Issues Involved: 1. Violation of Section 12A of the SEBI Act and Regulations 3 and 4 of the PFUTP Regulations. 2. Violation of Section 21 of the SCRA read with Clauses 36 and 50 of the Listing Agreement. 3. Quantum of penalty and proportionality of the imposed penalties.
Judgment Summary:
1. Violation of Section 12A of the SEBI Act and Regulations 3 and 4 of the PFUTP Regulations: The appeal was filed against the order imposing penalties for violations of Section 12A of the SEBI Act and Regulations 3 and 4 of the PFUTP Regulations. The company, Kaashyap Technologies Ltd., issued GDRs based on a resolution to open a bank account with Banco Efisa for depositing GDR proceeds. The GDRs were subscribed by Clifford Capital Partners, and SEBI's investigation revealed that the proceeds were used as security for a loan to Clifford, which was not disclosed to the stock exchange. The AO found this scheme fraudulent and violative of the SEBI Act and PFUTP Regulations, as the company misled investors by not disclosing the true nature of the GDR subscription.
2. Violation of Section 21 of the SCRA read with Clauses 36 and 50 of the Listing Agreement: The non-disclosure of the loan and pledge agreements was found to be in violation of Clause 36 of the Listing Agreement and Section 21 of the SCRA read with Clauses 32 and 50. The AO noted that the company's announcement that the GDR issue was fully subscribed was misleading, as it did not inform investors that Clifford was the sole subscriber.
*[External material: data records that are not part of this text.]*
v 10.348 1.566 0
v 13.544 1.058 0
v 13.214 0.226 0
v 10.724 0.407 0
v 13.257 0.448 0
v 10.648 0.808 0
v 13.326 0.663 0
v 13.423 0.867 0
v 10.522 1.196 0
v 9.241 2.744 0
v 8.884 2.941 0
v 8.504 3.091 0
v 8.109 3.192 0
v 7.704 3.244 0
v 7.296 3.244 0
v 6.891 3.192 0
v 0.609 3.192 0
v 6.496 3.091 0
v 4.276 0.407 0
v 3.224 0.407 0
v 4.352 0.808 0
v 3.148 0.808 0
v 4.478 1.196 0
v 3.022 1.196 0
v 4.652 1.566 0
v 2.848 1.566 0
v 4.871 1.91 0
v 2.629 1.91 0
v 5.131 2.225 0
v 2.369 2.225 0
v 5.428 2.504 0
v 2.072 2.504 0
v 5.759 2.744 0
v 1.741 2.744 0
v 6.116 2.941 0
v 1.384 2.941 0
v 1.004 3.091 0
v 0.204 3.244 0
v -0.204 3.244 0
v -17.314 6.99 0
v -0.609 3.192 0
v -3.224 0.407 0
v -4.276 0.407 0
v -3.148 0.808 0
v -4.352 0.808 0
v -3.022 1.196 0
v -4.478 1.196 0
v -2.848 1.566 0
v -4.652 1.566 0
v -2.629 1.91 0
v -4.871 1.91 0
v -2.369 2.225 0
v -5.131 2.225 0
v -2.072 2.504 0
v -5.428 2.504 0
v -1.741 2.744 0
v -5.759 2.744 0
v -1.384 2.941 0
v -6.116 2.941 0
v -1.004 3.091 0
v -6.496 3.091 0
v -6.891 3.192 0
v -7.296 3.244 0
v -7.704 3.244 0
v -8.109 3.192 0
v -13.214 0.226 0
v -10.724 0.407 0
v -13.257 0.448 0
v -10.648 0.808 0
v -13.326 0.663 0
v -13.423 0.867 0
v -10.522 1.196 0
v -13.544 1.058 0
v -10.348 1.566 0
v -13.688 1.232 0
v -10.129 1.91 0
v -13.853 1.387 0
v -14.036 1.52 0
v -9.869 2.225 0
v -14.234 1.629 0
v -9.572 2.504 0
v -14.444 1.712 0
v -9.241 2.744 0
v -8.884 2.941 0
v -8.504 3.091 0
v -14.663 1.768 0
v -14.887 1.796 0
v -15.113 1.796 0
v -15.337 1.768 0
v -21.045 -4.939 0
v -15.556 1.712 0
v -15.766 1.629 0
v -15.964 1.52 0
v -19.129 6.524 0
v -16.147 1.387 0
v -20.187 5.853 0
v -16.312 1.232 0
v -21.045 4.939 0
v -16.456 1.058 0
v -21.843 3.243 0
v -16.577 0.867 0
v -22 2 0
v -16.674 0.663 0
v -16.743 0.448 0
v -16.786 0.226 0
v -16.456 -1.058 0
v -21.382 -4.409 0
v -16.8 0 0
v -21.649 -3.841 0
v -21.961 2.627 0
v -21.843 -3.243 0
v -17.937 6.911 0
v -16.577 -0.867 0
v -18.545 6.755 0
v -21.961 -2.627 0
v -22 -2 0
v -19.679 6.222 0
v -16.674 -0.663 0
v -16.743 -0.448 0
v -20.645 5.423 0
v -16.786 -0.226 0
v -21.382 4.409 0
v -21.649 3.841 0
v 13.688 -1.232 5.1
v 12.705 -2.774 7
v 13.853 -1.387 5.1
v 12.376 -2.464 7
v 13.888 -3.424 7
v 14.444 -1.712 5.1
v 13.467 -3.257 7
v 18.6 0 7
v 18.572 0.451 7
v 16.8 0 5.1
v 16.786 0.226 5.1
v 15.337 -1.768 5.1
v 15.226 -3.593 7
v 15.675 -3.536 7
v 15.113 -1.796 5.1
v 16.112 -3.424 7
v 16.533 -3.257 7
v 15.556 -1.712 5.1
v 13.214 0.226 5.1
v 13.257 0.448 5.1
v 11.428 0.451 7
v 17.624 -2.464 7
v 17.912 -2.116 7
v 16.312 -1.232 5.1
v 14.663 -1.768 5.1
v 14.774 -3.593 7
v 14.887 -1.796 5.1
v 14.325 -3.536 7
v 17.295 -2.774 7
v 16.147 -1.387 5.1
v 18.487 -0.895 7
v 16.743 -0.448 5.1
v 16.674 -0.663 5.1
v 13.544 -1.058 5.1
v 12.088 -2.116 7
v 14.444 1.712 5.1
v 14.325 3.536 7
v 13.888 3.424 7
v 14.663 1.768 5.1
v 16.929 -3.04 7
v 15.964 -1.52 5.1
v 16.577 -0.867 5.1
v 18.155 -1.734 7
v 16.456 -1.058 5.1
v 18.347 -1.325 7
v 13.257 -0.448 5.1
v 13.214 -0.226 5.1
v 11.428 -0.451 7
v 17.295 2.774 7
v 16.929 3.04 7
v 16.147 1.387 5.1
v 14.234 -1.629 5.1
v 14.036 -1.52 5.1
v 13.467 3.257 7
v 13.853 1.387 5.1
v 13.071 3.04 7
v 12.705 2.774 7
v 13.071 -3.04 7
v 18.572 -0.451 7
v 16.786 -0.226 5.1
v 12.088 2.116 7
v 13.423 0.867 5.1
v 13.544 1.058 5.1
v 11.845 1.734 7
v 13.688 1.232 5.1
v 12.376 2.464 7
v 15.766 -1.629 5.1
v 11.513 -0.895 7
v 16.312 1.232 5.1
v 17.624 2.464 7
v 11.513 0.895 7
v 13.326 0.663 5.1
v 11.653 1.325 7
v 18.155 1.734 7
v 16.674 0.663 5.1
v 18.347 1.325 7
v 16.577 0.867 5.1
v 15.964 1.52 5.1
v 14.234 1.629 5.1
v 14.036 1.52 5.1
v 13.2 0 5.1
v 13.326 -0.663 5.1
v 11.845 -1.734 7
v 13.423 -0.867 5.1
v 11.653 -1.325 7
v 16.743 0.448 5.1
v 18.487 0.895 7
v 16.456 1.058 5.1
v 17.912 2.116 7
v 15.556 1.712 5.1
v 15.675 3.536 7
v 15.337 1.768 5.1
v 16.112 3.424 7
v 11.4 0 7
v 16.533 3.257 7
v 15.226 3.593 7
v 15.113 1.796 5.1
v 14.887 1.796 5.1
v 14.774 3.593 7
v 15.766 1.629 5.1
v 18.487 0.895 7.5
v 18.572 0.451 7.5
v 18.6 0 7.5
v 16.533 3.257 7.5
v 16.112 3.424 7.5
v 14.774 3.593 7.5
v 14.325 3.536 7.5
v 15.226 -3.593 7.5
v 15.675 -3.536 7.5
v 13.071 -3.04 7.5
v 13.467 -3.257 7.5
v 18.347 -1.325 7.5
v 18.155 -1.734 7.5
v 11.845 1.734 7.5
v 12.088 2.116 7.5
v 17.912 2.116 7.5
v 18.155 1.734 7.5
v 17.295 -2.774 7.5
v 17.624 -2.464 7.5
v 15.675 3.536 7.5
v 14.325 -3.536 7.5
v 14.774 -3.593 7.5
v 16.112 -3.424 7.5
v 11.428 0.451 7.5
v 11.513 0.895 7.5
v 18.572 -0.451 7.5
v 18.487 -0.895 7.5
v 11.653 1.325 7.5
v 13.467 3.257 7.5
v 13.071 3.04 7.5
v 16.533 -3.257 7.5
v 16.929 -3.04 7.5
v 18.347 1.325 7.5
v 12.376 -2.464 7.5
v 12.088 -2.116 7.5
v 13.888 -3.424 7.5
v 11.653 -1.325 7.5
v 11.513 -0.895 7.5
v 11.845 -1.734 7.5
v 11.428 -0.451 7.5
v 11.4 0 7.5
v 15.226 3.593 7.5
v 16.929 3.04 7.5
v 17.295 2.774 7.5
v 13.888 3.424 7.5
The Tribunal upheld these findings, emphasizing that the company and its directors were aware of the agreements and had misled SEBI and investors.
3. Quantum of penalty and proportionality of the imposed penalties: The Tribunal examined the proportionality of the penalties imposed. It referenced the doctrine of proportionality, which suggests penalties should not be disproportionate to the offense. The Tribunal noted that SEBI had imposed varying penalties in similar cases and had often reduced penalties for companies and managing directors while exonerating independent directors. In this case, the Tribunal upheld the penalties of Rs. 25 lakh on the company and Rs. 25 lakh on the CMD but set aside the penalties of Rs. 10 lakh each on the independent directors (noticee nos. 3 to 6), as they were not involved in the day-to-day affairs of the company.
Conclusion: The appeals of the company and its managing director were dismissed, while the appeals of the independent directors were allowed. The Tribunal found no reason to interfere with the AO's findings but adjusted the penalties to ensure proportionality and fairness.